(Dataset entries)
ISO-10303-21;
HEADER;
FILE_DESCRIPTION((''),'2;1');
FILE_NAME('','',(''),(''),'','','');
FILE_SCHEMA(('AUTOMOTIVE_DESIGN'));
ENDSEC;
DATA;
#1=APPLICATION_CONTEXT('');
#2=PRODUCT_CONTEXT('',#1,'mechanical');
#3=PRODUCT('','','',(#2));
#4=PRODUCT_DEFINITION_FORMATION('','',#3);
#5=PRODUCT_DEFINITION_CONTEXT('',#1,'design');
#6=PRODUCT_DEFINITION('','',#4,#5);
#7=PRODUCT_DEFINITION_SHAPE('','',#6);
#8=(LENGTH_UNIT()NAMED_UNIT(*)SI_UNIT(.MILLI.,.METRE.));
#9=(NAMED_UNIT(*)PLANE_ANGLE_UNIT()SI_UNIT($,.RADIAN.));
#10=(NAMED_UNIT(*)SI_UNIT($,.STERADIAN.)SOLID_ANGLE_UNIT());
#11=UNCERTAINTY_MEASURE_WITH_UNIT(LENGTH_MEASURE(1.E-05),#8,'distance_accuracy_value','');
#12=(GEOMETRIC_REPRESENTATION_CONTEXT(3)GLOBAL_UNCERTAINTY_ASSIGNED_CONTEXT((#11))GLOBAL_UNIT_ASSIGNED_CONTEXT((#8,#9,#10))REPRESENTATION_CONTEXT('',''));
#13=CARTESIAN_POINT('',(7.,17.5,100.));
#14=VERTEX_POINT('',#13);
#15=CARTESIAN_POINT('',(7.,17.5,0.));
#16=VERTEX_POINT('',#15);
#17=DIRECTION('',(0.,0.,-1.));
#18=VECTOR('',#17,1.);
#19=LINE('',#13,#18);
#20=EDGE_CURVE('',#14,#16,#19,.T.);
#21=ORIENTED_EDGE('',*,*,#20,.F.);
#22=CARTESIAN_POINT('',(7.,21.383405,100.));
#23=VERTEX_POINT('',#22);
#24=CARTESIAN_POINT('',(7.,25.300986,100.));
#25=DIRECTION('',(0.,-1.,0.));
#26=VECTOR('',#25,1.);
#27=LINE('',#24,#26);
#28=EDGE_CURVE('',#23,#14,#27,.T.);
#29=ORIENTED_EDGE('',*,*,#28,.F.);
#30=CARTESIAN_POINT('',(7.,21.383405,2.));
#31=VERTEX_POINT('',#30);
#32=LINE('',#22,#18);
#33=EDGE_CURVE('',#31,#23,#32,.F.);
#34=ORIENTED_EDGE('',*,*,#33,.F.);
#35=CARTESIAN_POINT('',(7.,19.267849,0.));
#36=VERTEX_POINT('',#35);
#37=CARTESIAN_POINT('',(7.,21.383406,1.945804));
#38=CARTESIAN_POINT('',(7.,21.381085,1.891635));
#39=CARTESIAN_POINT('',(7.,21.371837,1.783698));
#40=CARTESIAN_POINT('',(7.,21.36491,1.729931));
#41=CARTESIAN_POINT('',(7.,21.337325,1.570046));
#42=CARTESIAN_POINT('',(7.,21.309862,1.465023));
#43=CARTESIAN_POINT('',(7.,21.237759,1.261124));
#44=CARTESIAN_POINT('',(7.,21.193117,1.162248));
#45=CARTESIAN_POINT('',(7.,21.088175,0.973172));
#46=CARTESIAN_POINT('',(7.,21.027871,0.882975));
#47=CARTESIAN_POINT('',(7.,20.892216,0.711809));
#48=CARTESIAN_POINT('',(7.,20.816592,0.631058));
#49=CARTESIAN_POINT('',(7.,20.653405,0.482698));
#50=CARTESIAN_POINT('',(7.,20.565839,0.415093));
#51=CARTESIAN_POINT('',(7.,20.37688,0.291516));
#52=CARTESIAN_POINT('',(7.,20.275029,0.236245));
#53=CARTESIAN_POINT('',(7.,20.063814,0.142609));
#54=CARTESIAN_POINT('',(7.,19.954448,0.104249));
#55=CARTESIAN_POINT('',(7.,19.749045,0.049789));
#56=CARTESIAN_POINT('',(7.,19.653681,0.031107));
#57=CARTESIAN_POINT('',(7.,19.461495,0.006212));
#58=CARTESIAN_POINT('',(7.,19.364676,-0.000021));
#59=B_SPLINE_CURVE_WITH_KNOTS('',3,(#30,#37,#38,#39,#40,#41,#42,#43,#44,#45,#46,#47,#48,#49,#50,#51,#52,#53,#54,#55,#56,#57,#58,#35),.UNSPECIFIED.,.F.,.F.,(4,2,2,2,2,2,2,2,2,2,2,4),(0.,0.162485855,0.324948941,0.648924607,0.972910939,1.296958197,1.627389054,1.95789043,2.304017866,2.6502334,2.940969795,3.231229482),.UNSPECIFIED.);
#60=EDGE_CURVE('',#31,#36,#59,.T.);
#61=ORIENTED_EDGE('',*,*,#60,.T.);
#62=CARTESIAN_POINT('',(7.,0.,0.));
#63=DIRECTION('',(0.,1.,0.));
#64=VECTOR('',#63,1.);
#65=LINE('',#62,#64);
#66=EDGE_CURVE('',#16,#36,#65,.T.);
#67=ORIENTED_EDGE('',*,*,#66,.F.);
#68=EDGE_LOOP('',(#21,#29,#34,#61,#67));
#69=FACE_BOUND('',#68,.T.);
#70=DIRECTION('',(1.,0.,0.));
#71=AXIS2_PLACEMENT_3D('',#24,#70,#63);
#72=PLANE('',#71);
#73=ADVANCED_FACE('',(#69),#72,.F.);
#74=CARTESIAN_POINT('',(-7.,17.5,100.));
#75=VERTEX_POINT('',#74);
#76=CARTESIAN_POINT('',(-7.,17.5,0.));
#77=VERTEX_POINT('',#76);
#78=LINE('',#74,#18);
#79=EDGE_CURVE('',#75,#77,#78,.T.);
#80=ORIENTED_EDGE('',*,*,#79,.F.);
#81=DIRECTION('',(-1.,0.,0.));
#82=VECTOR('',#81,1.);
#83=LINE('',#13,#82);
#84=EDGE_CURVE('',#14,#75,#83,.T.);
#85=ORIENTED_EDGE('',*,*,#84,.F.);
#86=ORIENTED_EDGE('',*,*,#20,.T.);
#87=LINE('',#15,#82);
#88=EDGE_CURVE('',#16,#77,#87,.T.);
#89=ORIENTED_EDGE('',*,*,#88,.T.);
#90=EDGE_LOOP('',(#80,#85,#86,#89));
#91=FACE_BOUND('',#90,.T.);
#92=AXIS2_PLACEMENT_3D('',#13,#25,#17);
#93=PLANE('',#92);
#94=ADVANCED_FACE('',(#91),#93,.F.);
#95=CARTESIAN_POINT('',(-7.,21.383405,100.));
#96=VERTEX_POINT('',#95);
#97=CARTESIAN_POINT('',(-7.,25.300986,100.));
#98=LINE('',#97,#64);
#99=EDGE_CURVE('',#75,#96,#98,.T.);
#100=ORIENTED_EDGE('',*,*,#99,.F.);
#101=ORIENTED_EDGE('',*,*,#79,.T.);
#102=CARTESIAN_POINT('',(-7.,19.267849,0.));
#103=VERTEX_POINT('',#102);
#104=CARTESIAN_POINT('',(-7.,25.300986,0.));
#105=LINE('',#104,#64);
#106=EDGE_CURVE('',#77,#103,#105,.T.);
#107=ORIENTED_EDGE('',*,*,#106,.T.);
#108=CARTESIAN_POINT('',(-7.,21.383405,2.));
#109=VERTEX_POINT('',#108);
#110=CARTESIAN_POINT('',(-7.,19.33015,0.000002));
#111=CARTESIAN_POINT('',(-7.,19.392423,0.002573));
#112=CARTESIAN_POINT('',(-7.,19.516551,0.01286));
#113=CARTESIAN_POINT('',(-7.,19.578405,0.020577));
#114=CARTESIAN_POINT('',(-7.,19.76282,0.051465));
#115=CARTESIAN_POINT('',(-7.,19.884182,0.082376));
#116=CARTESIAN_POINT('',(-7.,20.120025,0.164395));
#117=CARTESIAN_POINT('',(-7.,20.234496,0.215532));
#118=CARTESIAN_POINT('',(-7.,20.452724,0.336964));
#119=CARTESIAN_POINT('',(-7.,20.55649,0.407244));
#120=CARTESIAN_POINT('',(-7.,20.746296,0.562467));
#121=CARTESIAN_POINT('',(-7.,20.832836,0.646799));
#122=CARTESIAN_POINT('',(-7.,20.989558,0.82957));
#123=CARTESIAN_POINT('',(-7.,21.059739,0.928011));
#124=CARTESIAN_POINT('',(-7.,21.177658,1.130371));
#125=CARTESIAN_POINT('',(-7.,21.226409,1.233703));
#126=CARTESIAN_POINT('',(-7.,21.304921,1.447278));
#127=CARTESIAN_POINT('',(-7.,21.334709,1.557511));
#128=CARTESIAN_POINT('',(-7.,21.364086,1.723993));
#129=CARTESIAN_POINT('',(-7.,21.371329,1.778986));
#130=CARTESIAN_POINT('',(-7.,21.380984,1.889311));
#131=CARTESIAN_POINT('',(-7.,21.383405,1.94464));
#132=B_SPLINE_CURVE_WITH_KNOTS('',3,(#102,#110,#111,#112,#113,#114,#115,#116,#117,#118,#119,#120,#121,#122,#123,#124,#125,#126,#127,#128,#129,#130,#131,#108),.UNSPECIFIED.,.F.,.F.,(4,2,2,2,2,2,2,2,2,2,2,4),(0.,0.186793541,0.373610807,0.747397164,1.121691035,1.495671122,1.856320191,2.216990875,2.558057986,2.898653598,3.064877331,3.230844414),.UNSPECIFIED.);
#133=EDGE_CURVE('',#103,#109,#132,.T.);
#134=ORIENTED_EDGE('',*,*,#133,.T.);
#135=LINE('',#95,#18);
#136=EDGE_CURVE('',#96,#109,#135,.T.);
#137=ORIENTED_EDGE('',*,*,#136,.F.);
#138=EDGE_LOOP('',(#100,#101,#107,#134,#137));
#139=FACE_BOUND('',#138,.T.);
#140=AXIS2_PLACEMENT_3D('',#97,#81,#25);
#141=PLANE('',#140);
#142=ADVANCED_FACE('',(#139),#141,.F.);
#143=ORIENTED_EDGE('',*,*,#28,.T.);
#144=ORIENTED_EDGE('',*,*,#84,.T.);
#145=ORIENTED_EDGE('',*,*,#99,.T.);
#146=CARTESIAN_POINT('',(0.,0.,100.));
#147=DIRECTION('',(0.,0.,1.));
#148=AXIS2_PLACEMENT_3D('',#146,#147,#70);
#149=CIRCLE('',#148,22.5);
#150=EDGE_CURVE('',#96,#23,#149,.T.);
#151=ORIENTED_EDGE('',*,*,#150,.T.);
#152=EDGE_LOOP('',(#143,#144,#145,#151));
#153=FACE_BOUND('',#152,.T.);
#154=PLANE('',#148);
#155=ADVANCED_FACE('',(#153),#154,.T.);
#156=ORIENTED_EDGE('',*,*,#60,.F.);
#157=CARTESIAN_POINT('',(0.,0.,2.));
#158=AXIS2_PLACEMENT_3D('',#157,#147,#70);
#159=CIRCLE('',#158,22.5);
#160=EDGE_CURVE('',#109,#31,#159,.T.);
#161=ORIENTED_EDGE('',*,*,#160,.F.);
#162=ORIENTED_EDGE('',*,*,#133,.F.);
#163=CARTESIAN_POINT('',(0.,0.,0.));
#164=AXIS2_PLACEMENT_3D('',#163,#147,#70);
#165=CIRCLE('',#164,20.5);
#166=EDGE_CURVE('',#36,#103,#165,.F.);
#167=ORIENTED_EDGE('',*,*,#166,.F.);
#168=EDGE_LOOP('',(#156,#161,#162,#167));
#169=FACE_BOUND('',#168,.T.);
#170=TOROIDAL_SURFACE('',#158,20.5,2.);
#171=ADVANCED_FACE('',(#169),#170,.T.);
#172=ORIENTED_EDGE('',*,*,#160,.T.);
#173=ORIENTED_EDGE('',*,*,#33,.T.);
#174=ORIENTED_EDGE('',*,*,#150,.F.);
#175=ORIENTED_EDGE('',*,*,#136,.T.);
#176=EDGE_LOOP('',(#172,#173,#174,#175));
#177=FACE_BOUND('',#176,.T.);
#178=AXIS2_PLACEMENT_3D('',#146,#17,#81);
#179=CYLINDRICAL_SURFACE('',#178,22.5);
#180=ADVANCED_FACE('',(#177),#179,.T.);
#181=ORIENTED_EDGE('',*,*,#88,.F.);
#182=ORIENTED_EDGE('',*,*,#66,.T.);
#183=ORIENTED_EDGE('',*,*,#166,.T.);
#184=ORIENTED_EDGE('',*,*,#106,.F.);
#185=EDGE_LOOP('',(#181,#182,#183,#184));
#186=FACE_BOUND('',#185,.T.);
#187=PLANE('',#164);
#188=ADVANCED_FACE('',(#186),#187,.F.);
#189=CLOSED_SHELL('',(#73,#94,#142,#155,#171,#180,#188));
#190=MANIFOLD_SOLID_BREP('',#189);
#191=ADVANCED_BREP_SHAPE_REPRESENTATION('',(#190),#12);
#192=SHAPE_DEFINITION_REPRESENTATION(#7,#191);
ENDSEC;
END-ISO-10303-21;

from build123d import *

# Parameters (mm, degrees)
SKETCH1_R           = 22.5
BOSS_EXTRUDE3_DEPTH = 100
SKETCH5_W           = 14
SKETCH5_H           = 7.800985848
CUT_EXTRUDE2_DEPTH  = 100
FILLET1_R           = 2


with BuildPart() as part:
    # Sketch1 → Boss-Extrude3 (new body)
    with BuildSketch(Plane.XY):
        Circle(SKETCH1_R)
    extrude(amount=BOSS_EXTRUDE3_DEPTH)

    # Sketch5 → Cut-Extrude2 (cut)
    with BuildSketch(Plane(origin=(0, 0, 0), x_dir=(-1, 0, 0), z_dir=(0, 0, -1))):
        with Locations((0, 21.400492924)):
            Rectangle(SKETCH5_W, SKETCH5_H)
    extrude(amount=-CUT_EXTRUDE2_DEPTH, mode=Mode.SUBTRACT)

    # Fillet1
    fillet1_edges = [part.edges().sort_by_distance(p)[0] for p in [
        (0, -22.5, 0),
    ]]
    fillet(fillet1_edges, radius=FILLET1_R)


solid = part.part
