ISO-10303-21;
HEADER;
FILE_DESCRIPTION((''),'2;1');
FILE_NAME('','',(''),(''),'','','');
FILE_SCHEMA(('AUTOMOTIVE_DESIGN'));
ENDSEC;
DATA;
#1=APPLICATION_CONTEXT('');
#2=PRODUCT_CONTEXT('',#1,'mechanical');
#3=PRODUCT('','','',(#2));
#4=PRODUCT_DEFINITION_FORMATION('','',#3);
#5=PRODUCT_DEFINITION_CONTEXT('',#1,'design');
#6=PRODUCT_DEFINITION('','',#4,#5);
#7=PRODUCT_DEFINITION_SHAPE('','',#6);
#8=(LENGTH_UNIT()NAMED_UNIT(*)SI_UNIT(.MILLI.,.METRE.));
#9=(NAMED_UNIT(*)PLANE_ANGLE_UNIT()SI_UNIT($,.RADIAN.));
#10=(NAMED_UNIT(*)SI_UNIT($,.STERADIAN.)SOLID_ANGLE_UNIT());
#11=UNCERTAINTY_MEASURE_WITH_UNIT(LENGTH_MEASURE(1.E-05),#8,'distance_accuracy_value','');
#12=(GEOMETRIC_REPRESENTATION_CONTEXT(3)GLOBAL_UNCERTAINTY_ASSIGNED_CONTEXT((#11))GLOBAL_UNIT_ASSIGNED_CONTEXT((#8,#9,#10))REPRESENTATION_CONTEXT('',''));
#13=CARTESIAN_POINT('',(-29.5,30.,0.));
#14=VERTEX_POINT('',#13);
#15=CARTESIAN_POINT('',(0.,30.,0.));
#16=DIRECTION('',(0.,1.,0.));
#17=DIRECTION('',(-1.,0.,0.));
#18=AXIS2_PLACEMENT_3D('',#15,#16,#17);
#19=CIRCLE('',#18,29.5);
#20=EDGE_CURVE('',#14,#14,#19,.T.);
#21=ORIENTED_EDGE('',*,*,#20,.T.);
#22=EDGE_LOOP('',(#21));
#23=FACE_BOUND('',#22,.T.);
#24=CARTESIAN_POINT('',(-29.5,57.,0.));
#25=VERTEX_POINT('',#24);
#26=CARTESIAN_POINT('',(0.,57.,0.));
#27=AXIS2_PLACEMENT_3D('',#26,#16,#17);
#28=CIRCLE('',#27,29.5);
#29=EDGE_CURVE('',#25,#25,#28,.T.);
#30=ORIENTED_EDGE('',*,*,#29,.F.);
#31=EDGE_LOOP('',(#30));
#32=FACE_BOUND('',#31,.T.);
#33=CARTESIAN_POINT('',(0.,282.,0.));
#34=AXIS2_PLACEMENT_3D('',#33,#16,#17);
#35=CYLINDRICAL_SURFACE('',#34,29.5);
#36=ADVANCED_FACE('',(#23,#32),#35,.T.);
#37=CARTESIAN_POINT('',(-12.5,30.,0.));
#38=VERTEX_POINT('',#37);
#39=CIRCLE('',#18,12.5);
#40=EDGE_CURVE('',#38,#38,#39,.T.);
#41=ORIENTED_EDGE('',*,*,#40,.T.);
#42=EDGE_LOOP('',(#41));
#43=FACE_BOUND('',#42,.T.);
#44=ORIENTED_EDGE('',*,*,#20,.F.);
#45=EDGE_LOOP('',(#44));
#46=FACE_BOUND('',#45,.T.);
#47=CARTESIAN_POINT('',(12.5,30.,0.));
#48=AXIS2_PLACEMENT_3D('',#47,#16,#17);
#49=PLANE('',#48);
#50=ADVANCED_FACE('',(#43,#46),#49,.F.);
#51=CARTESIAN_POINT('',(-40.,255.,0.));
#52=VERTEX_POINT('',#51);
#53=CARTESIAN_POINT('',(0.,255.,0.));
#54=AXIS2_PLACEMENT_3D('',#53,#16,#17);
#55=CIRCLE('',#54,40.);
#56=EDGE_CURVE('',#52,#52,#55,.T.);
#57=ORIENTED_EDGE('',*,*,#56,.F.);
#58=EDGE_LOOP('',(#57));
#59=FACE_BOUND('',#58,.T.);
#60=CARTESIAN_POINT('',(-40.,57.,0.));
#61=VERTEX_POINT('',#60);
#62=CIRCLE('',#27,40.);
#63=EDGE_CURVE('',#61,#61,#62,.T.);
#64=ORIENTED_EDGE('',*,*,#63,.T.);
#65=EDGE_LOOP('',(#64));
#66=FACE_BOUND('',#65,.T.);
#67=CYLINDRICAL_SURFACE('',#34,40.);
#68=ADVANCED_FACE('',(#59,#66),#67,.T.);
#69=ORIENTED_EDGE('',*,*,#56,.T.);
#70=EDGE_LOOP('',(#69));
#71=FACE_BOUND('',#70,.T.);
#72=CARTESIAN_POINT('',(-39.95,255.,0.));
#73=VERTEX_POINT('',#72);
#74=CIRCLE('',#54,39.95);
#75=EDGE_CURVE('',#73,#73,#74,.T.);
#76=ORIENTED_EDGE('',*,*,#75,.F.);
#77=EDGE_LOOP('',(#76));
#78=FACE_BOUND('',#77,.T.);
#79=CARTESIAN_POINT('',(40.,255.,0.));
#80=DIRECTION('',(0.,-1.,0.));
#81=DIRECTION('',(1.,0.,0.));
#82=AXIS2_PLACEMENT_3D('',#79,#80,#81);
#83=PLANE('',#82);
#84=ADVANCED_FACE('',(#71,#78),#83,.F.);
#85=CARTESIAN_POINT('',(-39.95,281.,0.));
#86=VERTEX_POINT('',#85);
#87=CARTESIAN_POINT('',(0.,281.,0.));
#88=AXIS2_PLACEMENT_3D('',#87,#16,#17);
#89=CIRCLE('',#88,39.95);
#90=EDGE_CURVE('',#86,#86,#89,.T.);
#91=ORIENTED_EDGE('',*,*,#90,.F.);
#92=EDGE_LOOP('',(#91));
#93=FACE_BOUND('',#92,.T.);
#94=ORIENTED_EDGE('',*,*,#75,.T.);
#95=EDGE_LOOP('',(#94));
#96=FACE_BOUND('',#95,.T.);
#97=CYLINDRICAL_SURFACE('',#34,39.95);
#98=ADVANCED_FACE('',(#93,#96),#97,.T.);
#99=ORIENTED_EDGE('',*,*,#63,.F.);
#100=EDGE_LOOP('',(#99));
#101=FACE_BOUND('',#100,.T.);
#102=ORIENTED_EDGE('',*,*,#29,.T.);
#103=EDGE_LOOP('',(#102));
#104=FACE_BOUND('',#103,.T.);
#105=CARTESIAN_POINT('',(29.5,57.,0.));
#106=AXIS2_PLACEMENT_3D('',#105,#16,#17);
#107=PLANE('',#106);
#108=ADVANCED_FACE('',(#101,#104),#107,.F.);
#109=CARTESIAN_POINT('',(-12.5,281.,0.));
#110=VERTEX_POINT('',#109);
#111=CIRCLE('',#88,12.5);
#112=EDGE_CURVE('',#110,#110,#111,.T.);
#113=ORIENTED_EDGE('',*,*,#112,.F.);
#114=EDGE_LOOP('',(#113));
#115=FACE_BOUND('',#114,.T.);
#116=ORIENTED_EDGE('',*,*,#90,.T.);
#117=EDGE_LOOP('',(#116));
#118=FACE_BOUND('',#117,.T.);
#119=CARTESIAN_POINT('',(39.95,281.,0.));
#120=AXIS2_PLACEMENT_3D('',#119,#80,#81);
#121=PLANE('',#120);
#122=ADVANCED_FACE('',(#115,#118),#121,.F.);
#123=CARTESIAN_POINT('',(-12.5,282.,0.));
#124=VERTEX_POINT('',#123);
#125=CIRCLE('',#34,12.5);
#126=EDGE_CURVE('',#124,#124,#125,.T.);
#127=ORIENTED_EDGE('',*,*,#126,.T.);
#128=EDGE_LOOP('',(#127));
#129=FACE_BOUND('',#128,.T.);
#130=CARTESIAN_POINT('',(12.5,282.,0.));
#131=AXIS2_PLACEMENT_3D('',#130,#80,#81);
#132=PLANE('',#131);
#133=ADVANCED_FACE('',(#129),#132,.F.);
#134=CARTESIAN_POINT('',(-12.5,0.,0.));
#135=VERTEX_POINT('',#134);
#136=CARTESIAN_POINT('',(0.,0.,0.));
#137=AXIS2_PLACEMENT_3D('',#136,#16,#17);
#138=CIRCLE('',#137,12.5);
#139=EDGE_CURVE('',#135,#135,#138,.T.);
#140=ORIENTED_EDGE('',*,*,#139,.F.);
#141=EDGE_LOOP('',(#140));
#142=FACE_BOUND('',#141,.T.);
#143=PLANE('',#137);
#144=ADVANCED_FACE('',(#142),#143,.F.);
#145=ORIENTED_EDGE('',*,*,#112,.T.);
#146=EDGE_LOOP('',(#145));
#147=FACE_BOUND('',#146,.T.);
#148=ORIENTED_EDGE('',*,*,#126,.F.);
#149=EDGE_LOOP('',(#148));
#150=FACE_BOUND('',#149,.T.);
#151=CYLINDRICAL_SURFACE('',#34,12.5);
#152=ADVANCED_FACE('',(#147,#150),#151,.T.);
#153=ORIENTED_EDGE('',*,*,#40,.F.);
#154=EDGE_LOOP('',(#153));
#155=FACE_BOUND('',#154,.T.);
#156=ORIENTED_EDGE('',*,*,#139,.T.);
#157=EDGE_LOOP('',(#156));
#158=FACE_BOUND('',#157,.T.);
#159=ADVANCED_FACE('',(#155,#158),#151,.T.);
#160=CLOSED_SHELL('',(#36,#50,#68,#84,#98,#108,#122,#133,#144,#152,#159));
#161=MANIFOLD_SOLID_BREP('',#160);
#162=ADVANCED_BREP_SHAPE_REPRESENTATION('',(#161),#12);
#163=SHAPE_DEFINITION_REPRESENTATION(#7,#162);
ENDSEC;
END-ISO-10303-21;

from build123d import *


with BuildPart() as part:
    # Esquisse2 → Révolution1 (revolve)
    with BuildSketch(Plane.XY, mode=Mode.PRIVATE) as r_volution1_sk:
        Polygon((0, 0), (12.5, 0), (12.5, 30), (29.5, 30), (29.5, 57), (40, 57), (40, 255), (39.95, 255), (39.95, 281), (12.5, 281), (12.5, 282), (0, 282), align=None)
    revolve(r_volution1_sk.sketch.rotate(Axis((0, 282, 0), (0, -1, 0)), 180), axis=Axis((0, 282, 0), (0, -1, 0)))


solid = part.part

Activity
Given the records above, return exactly the lines starting at the line containing "#94=ORIENTED_EDGE('',*,*,#75,.T.);" and ending at the line containing "#152=ADVANCED_FACE('',(#147,#150),#151,.T.);", including both.

Reply
#94=ORIENTED_EDGE('',*,*,#75,.T.);
#95=EDGE_LOOP('',(#94));
#96=FACE_BOUND('',#95,.T.);
#97=CYLINDRICAL_SURFACE('',#34,39.95);
#98=ADVANCED_FACE('',(#93,#96),#97,.T.);
#99=ORIENTED_EDGE('',*,*,#63,.F.);
#100=EDGE_LOOP('',(#99));
#101=FACE_BOUND('',#100,.T.);
#102=ORIENTED_EDGE('',*,*,#29,.T.);
#103=EDGE_LOOP('',(#102));
#104=FACE_BOUND('',#103,.T.);
#105=CARTESIAN_POINT('',(29.5,57.,0.));
#106=AXIS2_PLACEMENT_3D('',#105,#16,#17);
#107=PLANE('',#106);
#108=ADVANCED_FACE('',(#101,#104),#107,.F.);
#109=CARTESIAN_POINT('',(-12.5,281.,0.));
#110=VERTEX_POINT('',#109);
#111=CIRCLE('',#88,12.5);
#112=EDGE_CURVE('',#110,#110,#111,.T.);
#113=ORIENTED_EDGE('',*,*,#112,.F.);
#114=EDGE_LOOP('',(#113));
#115=FACE_BOUND('',#114,.T.);
#116=ORIENTED_EDGE('',*,*,#90,.T.);
#117=EDGE_LOOP('',(#116));
#118=FACE_BOUND('',#117,.T.);
#119=CARTESIAN_POINT('',(39.95,281.,0.));
#120=AXIS2_PLACEMENT_3D('',#119,#80,#81);
#121=PLANE('',#120);
#122=ADVANCED_FACE('',(#115,#118),#121,.F.);
#123=CARTESIAN_POINT('',(-12.5,282.,0.));
#124=VERTEX_POINT('',#123);
#125=CIRCLE('',#34,12.5);
#126=EDGE_CURVE('',#124,#124,#125,.T.);
#127=ORIENTED_EDGE('',*,*,#126,.T.);
#128=EDGE_LOOP('',(#127));
#129=FACE_BOUND('',#128,.T.);
#130=CARTESIAN_POINT('',(12.5,282.,0.));
#131=AXIS2_PLACEMENT_3D('',#130,#80,#81);
#132=PLANE('',#131);
#133=ADVANCED_FACE('',(#129),#132,.F.);
#134=CARTESIAN_POINT('',(-12.5,0.,0.));
#135=VERTEX_POINT('',#134);
#136=CARTESIAN_POINT('',(0.,0.,0.));
#137=AXIS2_PLACEMENT_3D('',#136,#16,#17);
#138=CIRCLE('',#137,12.5);
#139=EDGE_CURVE('',#135,#135,#138,.T.);
#140=ORIENTED_EDGE('',*,*,#139,.F.);
#141=EDGE_LOOP('',(#140));
#142=FACE_BOUND('',#141,.T.);
#143=PLANE('',#137);
#144=ADVANCED_FACE('',(#142),#143,.F.);
#145=ORIENTED_EDGE('',*,*,#112,.T.);
#146=EDGE_LOOP('',(#145));
#147=FACE_BOUND('',#146,.T.);
#148=ORIENTED_EDGE('',*,*,#126,.F.);
#149=EDGE_LOOP('',(#148));
#150=FACE_BOUND('',#149,.T.);
#151=CYLINDRICAL_SURFACE('',#34,12.5);
#152=ADVANCED_FACE('',(#147,#150),#151,.T.);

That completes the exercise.